Andreas Haller vom Bildungsamt erklärt, dass es gelungen ist, nahezu alle der rund hundert Stellen an den zehn städtischen Kitas zu besetzen. Jedoch machen Krankenstände und die gestiegenen Anforderungen an Erzieherinnen den Kitas zu schaffen. Anforderungen, die der baden-württembergische Betreuungsschlüssel nicht mehr zeitgemäß abbilde – er wurde seit mindestens 20 Jahren nicht mehr angepasst. Der Schlüssel schreibt beispielsweise für eine Kita-Gruppe von 20 Sprösslingen in der Ganztagesbetreuung 2,25 Mitarbeiter vor, damit eine Betreuung überhaupt stattfinden kann.
Amtsleiterin Carmen Harmand weist jedoch darauf hin, dass Kitas nicht als reine Betreuungseinrichtungen verstanden werden dürfen. Die Bildung dürfe nicht zu kurz kommen. Unternehmensberaterin Tanja Reuther sieht den Fachkräftemangel noch nicht mit voller Wucht zuschlagen. Sie schickt aber gleich voraus: „Es wird noch schlimmer werden.“
Die Krankenstände – wie schlagen sie zu Buche?
Petra Berkowitz, städtische Personalchefin, berichtet von vielen Langzeiterkrankten. Diese müssen oftmals schrittweise über ein Betriebliches Eingliederungsmanagement in die Einrichtungen reintegriert werden. Andreas Haller ergänzt, dass es sich hierbei nicht zwingend nur um Fälle von Burnout, sondern auch um körperliche Erkrankungen handelt. Die Arbeit mit Kindern ist durchaus physisch anstrengend. Hinzu kommen häufiger grippale Erkrankungen, die in Kindergärten sowieso immer Thema sind. Unternehmensberaterin Tanja Reuther war in den Einrichtungen und hat mit Erzieherinnen über ihre größten Unmutsfaktoren gesprochen. Der Umgang mit krankheitsbedingten Ausfällen war dabei an erster Stelle.

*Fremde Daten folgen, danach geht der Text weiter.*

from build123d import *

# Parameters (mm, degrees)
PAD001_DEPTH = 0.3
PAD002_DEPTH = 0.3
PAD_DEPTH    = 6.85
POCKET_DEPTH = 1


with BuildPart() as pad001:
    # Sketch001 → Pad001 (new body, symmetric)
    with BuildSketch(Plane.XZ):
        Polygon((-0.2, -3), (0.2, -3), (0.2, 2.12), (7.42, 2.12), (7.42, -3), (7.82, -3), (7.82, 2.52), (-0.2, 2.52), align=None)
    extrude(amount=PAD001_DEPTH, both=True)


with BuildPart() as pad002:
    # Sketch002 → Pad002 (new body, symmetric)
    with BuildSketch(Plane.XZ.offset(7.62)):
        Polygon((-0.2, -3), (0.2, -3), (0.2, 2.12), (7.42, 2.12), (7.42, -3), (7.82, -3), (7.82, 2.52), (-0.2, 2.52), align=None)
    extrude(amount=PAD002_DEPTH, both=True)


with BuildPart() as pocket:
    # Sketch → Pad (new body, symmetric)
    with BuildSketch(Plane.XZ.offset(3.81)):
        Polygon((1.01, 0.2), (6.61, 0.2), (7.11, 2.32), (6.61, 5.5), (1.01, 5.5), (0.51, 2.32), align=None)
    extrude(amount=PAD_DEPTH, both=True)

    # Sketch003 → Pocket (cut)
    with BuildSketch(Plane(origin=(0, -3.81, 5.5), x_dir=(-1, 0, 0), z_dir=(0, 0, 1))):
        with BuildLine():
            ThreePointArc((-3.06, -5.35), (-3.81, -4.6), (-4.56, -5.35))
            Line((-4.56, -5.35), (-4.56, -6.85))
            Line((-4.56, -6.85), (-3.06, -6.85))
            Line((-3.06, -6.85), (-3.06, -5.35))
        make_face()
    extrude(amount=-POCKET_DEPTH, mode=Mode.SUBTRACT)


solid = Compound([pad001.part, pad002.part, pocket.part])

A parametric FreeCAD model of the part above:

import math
import FreeCAD as App
import Part
import Sketcher


def add_polygon(sketch, points):
    """Adds a closed chain of lines whose ends are joined by coincident constraints."""
    first, n = sketch.GeometryCount, len(points)
    for a, b in zip(points, points[1:] + points[:1]):
        sketch.addGeometry(Part.LineSegment(App.Vector(*a, 0), App.Vector(*b, 0)), False)
    for i in range(n):
        sketch.addConstraint(Sketcher.Constraint("Coincident", first + i, 2, first + (i + 1) % n, 1))

doc = App.newDocument("Part")
body = doc.addObject("PartDesign::Body", "Body")

# Sketch on XZ plane
sketch1 = doc.addObject("Sketcher::SketchObject", "Sketch")
body.addObject(sketch1)
sketch1.AttachmentSupport = (doc.XZ_Plane, [""])
sketch1.MapMode = "FlatFace"
add_polygon(sketch1, [(-0.2, -3), (0.2, -3), (0.2, 2.12), (7.42, 2.12), (7.42, -3), (7.82, -3), (7.82, 2.52), (-0.2, 2.52)])  # lines 0-7
sketch1.addConstraint([
    Sketcher.Constraint("Horizontal", 0),
    Sketcher.Constraint("Vertical", 1),
    Sketcher.Constraint("Horizontal", 2),
    Sketcher.Constraint("Vertical", 3),
    Sketcher.Constraint("Horizontal", 4),
    Sketcher.Constraint("Vertical", 5),
    Sketcher.Constraint("Horizontal", 6),
    Sketcher.Constraint("Vertical", 7),
    Sketcher.Constraint("Horizontal", 0, 2, 3, 2),
    Sketcher.Constraint("Equal", 0, 4),
    Sketcher.Constraint("DistanceX", 0, 1, 0, 2, 0.4),
    Sketcher.Constraint("DistanceY", 0, 2, -1, 1, 3.0),
    Sketcher.Constraint("DistanceX", 2, 1, 2, 2, 7.22),
    Sketcher.Constraint("DistanceY", 1, 1, 1, 2, 5.12),
    Sketcher.Constraint("DistanceY", 5, 1, 5, 2, 5.52),
    Sketcher.Constraint("DistanceX", -1, 1, 0, 2, 0.2),
])
pad1 = doc.addObject("PartDesign::Pad", "Pad")
body.addObject(pad1)
pad1.Profile = sketch1
pad1.Length = 0.6
pad1.Midplane = True
body2 = doc.addObject("PartDesign::Body", "Body001")

# Sketch on XZ plane
sketch2 = doc.addObject("Sketcher::SketchObject", "Sketch001")
body2.addObject(sketch2)
sketch2.AttachmentSupport = (doc.getObject("XZ_Plane001"), [""])
sketch2.MapMode = "FlatFace"
sketch2.AttachmentOffset = App.Placement(App.Vector(0, 0, 7.62), App.Rotation())
add_polygon(sketch2, [(-0.2, -3), (0.2, -3), (0.2, 2.12), (7.42, 2.12), (7.42, -3), (7.82, -3), (7.82, 2.52), (-0.2, 2.52)])  # lines 0-7
sketch2.addConstraint([
    Sketcher.Constraint("Horizontal", 0),
    Sketcher.Constraint("Vertical", 1),
    Sketcher.Constraint("Horizontal", 2),
    Sketcher.Constraint("Vertical", 3),
    Sketcher.Constraint("Horizontal", 4),
    Sketcher.Constraint("Vertical", 5),
    Sketcher.Constraint("Horizontal", 6),
    Sketcher.Constraint("Vertical", 7),
    Sketcher.Constraint("Horizontal", 0, 2, 3, 2),
    Sketcher.Constraint("Equal", 0, 4),
    Sketcher.Constraint("DistanceX", 0, 1, 0, 2, 0.4),
    Sketcher.Constraint("DistanceY", 0, 2, -1, 1, 3.0),
    Sketcher.Constraint("DistanceX", 2, 1, 2, 2, 7.22),
    Sketcher.Constraint("DistanceY", 1, 1, 1, 2, 5.12),
    Sketcher.Constraint("DistanceY", 5, 1, 5, 2, 5.52),
    Sketcher.Constraint("DistanceX", -1, 1, 0, 2, 0.2),
])
pad2 = doc.addObject("PartDesign::Pad", "Pad001")
body2.addObject(pad2)
pad2.Profile = sketch2
pad2.Length = 0.6
pad2.Midplane = True
body3 = doc.addObject("PartDesign::Body", "Body002")

# Sketch on XZ plane
sketch3 = doc.addObject("Sketcher::SketchObject", "Sketch002")
body3.addObject(sketch3)
sketch3.AttachmentSupport = (doc.getObject("XZ_Plane002"), [""])
sketch3.MapMode = "FlatFace"
sketch3.AttachmentOffset = App.Placement(App.Vector(0, 0, 3.81), App.Rotation())
add_polygon(sketch3, [(1, 0.2), (6.6, 0.2), (7.1, 2.3), (6.6, 5.5), (1, 5.5), (0.5, 2.3)])  # lines 0-5
sketch3.addConstraint([
    Sketcher.Constraint("Horizontal", 0),
    Sketcher.Constraint("Horizontal", 3),
    Sketcher.Constraint("Horizontal", 1, 2, 4, 2),
    Sketcher.Constraint("Vertical", 0, 2, 2, 2),
    Sketcher.Constraint("Vertical", 3, 2, 5, 2),
    Sketcher.Constraint("Equal", 2, 4),
    Sketcher.Constraint("DistanceX", 0, 1, 0, 2, 5.6),
    Sketcher.Constraint("DistanceY", -1, 1, 0, 2, 0.2),
    Sketcher.Constraint("DistanceY", -1, 1, 2, 2, 5.5),
    Sketcher.Constraint("DistanceX", 0, 2, 1, 2, 0.5),
    Sketcher.Constraint("DistanceX", -1, 1, 0, 2, 6.61),
    Sketcher.Constraint("DistanceY", -1, 1, 1, 2, 2.32),
])
pad3 = doc.addObject("PartDesign::Pad", "Pad002")
body3.addObject(pad3)
pad3.Profile = sketch3
pad3.Length = 13.7
pad3.Midplane = True

# Sketch on XY plane
sketch4 = doc.addObject("Sketcher::SketchObject", "Sketch003")
body3.addObject(sketch4)
sketch4.AttachmentSupport = (doc.getObject("XY_Plane002"), [""])
sketch4.MapMode = "FlatFace"
sketch4.AttachmentOffset = App.Placement(App.Vector(0, 0, 5.5), App.Rotation())
sketch4.addGeometry([
    Part.ArcOfCircle(Part.Circle(App.Vector(3.8, 1.5, 0), App.Vector(0, 0, 1), 0.8), math.radians(180), math.radians(360)),
    Part.LineSegment(App.Vector(4.6, 1.5, 0), App.Vector(4.6, 3, 0)),
    Part.LineSegment(App.Vector(4.6, 3, 0), App.Vector(3.1, 3, 0)),
    Part.LineSegment(App.Vector(3.1, 3, 0), App.Vector(3.1, 1.5, 0)),
], False)
sketch4.addConstraint([
    Sketcher.Constraint("Tangent", 0, 2, 1, 1),
    Sketcher.Constraint("Coincident", 1, 2, 2, 1),
    Sketcher.Constraint("Coincident", 2, 2, 3, 1),
    Sketcher.Constraint("Tangent", 3, 2, 0, 1),
    Sketcher.Constraint("Vertical", 1),
    Sketcher.Constraint("Horizontal", 2),
    Sketcher.Constraint("Vertical", 3),
    Sketcher.Constraint("Equal", 2, 1),
    Sketcher.Constraint("Radius", 0, 0.75),
    Sketcher.Constraint("DistanceX", -1, 1, 0, 3, 3.81),
    Sketcher.Constraint("DistanceY", -1, 1, 0, 3, 1.54),
])
pocket1 = doc.addObject("PartDesign::Pocket", "Pocket")
body3.addObject(pocket1)
pocket1.Profile = sketch4
pocket1.Length = 1

doc.recompute()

Wie geht das Rathaus also künftig mit Personalausfällen um?
Ein Springerpool mit Kräften aus allen Kitas unter städtischer Trägerschaft soll ausgeweitet werden. Dabei handelt es sich um ein Team von Erziehern, das flexibel dort aushelfen kann, wo Not am Mann ist. Für eine Ausweitung braucht es aber Gelder und Stellen, betont Bildungsamtsleiterin Harmand. Hierfür wolle das Amt noch auf den Gemeinderat zugehen.
Gibt es andere Wege, die Kitas personell besser aufzustellen?
Des Weiteren, so Andreas Haller, sollen die Kitateams „multiprofessioneller“ aufgestellt sein. Das bedeutet, dass Ergotherapeuten und etwa Heilpädagogen eingestellt werden könnten. Laut Haller würde die Stadt damit auch den wachsenden Herausforderungen bei der Kindererziehung gerechter. Zu diesen gehören immer häufiger sprachliche Probleme, aber auch (körperliche) Beeinträchtigungen bei den Sprösslingen. Auf Nicht-Pädagogen wolle das Rathaus höchstens in Einzelfällen zurückgreifen. Anders ist das bei ehrenamtlichem Engagement, wie beispielsweise den Lesepaten. Auf solche Initiativen will Haller künftig stärker bauen.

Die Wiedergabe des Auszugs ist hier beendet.